Alle Kabelverbindungen sind in Ordnung, also muss es an dem Anschluss liegen....
Ich hätte lieber 50,- mehr gezahlt und dafür einen massiveren Kopfhörer - und Mikro - Anschluss an der Front gehabt


----------



## cryzen (18. November 2012)

alles viel zu teuer gerade die gtx 670 +3770k version dafuer bekommt man ein sli system mit 2 7970 oder 680 oder 670  also wtf


----------



## Felixxz2 (21. Januar 2013)

Also irgendwie sind eure PCs weder wirklich ausgereift und gut komponiert, noch irgendwie preislich fair. Wenn ich z.B. die 670 Ultimate Edition bei Alternate so bestelle, zahle ich nur 1300 € inkl. Zusammenbau. Das sind 200€ weniger als bei euch!? 

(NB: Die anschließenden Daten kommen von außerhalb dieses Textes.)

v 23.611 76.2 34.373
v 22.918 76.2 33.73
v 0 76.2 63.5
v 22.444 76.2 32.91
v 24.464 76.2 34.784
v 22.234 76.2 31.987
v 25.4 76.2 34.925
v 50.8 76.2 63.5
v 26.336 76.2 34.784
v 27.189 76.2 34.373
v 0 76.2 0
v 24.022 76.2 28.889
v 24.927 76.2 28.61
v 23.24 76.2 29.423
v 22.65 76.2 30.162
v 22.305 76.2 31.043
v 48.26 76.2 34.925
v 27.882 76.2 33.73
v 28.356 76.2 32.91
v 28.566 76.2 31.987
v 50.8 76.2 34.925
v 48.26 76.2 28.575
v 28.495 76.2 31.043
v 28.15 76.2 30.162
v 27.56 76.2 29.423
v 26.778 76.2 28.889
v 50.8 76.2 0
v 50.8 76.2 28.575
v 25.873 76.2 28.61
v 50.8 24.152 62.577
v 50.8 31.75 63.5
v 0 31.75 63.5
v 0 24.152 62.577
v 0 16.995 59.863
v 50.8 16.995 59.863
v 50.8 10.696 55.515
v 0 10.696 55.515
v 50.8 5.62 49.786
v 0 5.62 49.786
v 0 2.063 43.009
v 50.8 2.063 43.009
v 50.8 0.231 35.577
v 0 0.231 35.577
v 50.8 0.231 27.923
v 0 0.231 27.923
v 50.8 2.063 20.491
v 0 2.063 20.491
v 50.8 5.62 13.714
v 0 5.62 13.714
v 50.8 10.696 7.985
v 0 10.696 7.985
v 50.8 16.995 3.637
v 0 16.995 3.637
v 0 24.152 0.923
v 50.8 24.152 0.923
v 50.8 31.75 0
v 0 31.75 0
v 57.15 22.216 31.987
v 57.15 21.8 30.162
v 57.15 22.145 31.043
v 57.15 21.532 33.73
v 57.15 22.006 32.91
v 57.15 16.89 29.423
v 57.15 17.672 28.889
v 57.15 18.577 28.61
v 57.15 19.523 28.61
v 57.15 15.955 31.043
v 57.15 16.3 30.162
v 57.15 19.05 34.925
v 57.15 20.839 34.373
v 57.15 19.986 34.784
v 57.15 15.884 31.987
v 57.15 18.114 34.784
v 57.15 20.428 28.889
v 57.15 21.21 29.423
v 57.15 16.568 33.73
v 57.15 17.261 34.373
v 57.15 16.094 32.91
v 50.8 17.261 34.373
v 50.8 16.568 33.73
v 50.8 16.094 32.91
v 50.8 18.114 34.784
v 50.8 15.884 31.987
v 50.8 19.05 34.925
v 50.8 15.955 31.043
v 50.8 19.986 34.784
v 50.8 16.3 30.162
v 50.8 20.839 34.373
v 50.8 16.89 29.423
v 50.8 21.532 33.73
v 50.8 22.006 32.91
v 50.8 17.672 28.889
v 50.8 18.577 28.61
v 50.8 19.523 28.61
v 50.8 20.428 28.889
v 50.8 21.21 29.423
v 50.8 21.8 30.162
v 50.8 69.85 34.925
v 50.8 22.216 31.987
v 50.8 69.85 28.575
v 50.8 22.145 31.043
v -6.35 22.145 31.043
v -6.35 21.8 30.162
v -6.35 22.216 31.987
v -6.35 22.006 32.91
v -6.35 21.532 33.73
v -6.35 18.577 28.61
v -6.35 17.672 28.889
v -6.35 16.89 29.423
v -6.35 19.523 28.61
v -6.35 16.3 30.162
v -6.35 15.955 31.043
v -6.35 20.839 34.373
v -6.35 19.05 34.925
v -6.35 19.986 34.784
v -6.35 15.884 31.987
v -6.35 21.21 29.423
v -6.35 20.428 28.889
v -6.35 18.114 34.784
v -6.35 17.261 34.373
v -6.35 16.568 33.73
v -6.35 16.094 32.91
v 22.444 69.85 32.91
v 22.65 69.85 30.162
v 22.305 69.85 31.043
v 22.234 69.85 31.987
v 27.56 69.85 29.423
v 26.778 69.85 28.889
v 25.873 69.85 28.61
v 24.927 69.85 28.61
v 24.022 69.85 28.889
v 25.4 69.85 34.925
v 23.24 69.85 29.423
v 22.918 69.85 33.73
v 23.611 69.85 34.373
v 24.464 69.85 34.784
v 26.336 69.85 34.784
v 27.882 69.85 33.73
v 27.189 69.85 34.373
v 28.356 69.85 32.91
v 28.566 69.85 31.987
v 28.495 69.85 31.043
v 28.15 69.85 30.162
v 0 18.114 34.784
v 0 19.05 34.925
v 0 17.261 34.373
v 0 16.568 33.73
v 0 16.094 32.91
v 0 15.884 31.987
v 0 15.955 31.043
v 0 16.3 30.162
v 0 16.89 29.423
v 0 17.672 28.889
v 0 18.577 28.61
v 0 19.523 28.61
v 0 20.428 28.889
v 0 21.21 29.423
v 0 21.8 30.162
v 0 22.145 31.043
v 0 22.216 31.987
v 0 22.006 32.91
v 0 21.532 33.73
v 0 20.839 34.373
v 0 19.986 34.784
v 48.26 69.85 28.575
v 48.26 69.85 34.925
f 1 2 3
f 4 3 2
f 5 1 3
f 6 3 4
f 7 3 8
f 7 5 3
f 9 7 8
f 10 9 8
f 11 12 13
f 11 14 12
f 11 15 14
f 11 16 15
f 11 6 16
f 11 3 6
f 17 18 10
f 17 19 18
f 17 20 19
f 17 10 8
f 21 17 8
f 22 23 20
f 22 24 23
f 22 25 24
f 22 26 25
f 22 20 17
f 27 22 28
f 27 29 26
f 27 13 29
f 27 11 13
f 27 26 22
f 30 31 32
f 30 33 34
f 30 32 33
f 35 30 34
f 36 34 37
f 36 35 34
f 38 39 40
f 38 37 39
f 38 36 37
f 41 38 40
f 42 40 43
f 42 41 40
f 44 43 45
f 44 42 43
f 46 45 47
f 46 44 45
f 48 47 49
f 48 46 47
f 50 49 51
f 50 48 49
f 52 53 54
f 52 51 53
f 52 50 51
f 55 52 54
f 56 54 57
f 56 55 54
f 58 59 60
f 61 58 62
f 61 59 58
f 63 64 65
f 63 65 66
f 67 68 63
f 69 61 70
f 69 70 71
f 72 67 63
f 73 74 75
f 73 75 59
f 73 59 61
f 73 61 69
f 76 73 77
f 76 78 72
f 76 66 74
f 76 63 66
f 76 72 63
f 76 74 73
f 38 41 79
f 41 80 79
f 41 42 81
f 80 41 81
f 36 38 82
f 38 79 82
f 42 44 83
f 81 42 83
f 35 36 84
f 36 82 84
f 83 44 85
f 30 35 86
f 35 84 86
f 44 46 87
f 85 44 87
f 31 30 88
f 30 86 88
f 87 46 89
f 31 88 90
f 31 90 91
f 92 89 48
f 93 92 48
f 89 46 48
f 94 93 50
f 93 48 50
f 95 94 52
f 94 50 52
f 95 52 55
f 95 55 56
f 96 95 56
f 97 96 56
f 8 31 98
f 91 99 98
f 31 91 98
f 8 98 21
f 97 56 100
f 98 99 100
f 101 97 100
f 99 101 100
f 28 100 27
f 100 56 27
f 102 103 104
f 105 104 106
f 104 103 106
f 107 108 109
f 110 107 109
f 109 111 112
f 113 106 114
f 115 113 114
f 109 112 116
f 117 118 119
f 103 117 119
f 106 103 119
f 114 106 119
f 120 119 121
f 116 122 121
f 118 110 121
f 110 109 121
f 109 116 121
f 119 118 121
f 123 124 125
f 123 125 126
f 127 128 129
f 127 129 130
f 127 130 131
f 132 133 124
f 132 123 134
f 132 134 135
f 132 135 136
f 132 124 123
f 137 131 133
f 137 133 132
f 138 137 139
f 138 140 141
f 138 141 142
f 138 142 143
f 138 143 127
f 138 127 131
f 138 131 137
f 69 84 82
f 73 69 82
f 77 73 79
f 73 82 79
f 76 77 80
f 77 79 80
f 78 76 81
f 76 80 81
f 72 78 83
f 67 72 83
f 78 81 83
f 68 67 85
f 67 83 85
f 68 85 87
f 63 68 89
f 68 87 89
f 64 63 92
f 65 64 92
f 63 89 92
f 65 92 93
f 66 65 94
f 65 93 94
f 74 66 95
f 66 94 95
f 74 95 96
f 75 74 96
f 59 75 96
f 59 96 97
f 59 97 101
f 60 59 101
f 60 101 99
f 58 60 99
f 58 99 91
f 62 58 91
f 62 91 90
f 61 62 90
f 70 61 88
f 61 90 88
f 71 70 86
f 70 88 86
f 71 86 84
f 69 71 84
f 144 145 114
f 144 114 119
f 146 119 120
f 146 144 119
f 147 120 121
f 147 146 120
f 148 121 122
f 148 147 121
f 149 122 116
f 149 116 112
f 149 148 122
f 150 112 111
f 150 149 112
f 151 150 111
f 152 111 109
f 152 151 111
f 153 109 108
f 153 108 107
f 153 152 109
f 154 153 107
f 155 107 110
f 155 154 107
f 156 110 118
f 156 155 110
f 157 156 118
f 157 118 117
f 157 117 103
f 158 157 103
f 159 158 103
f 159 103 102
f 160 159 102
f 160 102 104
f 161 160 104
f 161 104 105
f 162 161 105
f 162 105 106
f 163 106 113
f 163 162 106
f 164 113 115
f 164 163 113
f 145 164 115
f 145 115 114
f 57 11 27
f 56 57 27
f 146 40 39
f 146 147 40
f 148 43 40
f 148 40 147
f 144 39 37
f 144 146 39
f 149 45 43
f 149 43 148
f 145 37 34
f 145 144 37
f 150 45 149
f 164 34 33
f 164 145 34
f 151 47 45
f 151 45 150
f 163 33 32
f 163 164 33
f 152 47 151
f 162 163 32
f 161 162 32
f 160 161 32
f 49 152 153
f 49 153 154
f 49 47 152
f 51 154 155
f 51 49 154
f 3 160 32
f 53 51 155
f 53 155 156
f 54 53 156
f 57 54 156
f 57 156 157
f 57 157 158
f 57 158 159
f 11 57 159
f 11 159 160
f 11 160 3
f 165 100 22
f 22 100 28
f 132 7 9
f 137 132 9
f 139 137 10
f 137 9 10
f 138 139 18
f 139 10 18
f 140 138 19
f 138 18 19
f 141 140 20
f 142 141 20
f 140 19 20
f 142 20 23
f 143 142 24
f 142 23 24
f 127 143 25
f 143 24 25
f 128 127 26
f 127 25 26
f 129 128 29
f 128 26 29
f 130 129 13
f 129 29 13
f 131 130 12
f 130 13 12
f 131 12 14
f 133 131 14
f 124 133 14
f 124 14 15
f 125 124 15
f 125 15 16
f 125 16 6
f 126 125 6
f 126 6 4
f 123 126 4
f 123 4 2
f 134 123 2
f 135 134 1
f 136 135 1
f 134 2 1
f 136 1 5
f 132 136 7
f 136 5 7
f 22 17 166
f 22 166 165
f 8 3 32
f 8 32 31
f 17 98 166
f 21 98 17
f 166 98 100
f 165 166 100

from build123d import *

# Parameters (mm, degrees)
SKETCH1_W           = 50.8
SKETCH1_H           = 76.2
BOSS_EXTRUDE1_DEPTH = 63.5
FILLET2_RADIUS      = 31.75
FILLET2_LENGTH      = 50.8
SKETCH2_R           = 3.175
BOSS_EXTRUDE2_DEPTH = 6.35
SKETCH3_R           = 3.175
CUT_EXTRUDE1_DEPTH  = 6.35
SKETCH4_W           = 6.35
SKETCH4_H           = 6.35
CUT_EXTRUDE2_DEPTH  = 2.54


with BuildPart() as part:
    # Sketch1 → Boss-Extrude1 (new body)
    with BuildSketch(Plane.XY):
        with Locations((25.4, 38.1)):
            Rectangle(SKETCH1_W, SKETCH1_H)
    extrude(amount=BOSS_EXTRUDE1_DEPTH)

    # Fillet2: full round fillet: the end face becomes a half cylinder, R = half its width
    fillet2_face = Plane((25.4, 0, 31.75), x_dir=(1, 0, 0), z_dir=(0, -1, 0))  # on the end face: x along it, z out of the body
    fillet2_slab = fillet2_face.offset(-FILLET2_RADIUS / 2) * Box(FILLET2_LENGTH, 2 * FILLET2_RADIUS, FILLET2_RADIUS, mode=Mode.PRIVATE)  # the body's end, R deep
    fillet2_round = Plane((25.4, 31.75, 31.75), x_dir=(0, -1, 0), z_dir=(1, 0, 0)) * Cylinder(FILLET2_RADIUS, FILLET2_LENGTH, mode=Mode.PRIVATE)  # its axis R under the face
    add(fillet2_slab - fillet2_round, mode=Mode.SUBTRACT)

    # Sketch2 → Boss-Extrude2 (add)
    with BuildSketch(Plane(origin=(50.8, 0, 0), x_dir=(0, 0, -1), z_dir=(1, 0, 0))):
        with Locations(Location((-31.75, 19.05, 0), (0, 0, 180))):
            Circle(SKETCH2_R)
    boss_extrude2 = extrude(amount=BOSS_EXTRUDE2_DEPTH)

    # Mirror1: Boss-Extrude2 across plane
    add(boss_extrude2.mirror(Plane(origin=(25.4, 0, 0), x_dir=(0, 0, 1), z_dir=(1, 0, 0))))

    # Sketch3 → Cut-Extrude1 (cut)
    with BuildSketch(Plane(origin=(0, 76.2, 0), x_dir=(1, 0, 0), z_dir=(0, 1, 0))):
        with Locations(Location((25.4, -31.75, 0), (0, 0, 270))):
            Circle(SKETCH3_R)
    extrude(amount=-CUT_EXTRUDE1_DEPTH, mode=Mode.SUBTRACT)

    # Sketch4 → Cut-Extrude2 (cut)
    with BuildSketch(Plane(origin=(50.8, 0, 0), x_dir=(0, 0, -1), z_dir=(1, 0, 0))):
        with Locations((-31.75, 73.025)):
            Rectangle(SKETCH4_W, SKETCH4_H)
    extrude(amount=-CUT_EXTRUDE2_DEPTH, mode=Mode.SUBTRACT)


solid = part.part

Und dieser PC ist alles andere als top konfiguriert: In einem 1500€ PC ein 80 Blus Bronze Netzteil, obwohl ihr im Heft immer für Gold/Platin werbt weil ach so Effizient und Leise? Aber dafür ne 840 Pro, die kein Mensch in der Praxis braucht? Ein Pro 3 statt Pro 4, obwohl ersteres nicht mal nen optischen Audioausgang hat? Eine REFERENZ GTX 670, obwohl ihr sonst immer mit Silent und kühl für Custom Karten werbt? Und das aller witzigste: Es gibt die guten PCs nur mit Geforces, nicht mit Radeons, obwohl AMD die schnellste Single GPU hat (-> Ultimate PC) und die 7900 ein besseres P/L? Man könnte ja auch AMD/nVidia Editions machen....

Für diese eher maue Config soll ich also noch 200€ mehr hinlegen? Das Angebot und seine Käufer kann ich nicht verstehen.


----------



## P4TriX206 (27. Januar 2013)

"Mit der Geforce GTX 670 wird außerdem die aktuell zweitschnellste Single-GPU-Grafikkarte verbaut."

Das hätte ich gerne Schwarz auf Weiss von PCGH. Habt wohl die HD7970GHz aus den Augen verloren was.
Oder meint ihr "nur" von NV.

mfg


----------



## perron (13. Februar 2013)

die menschen sind faul und kaufen die dinger trotzdem.
defenitiv zu teuer.


----------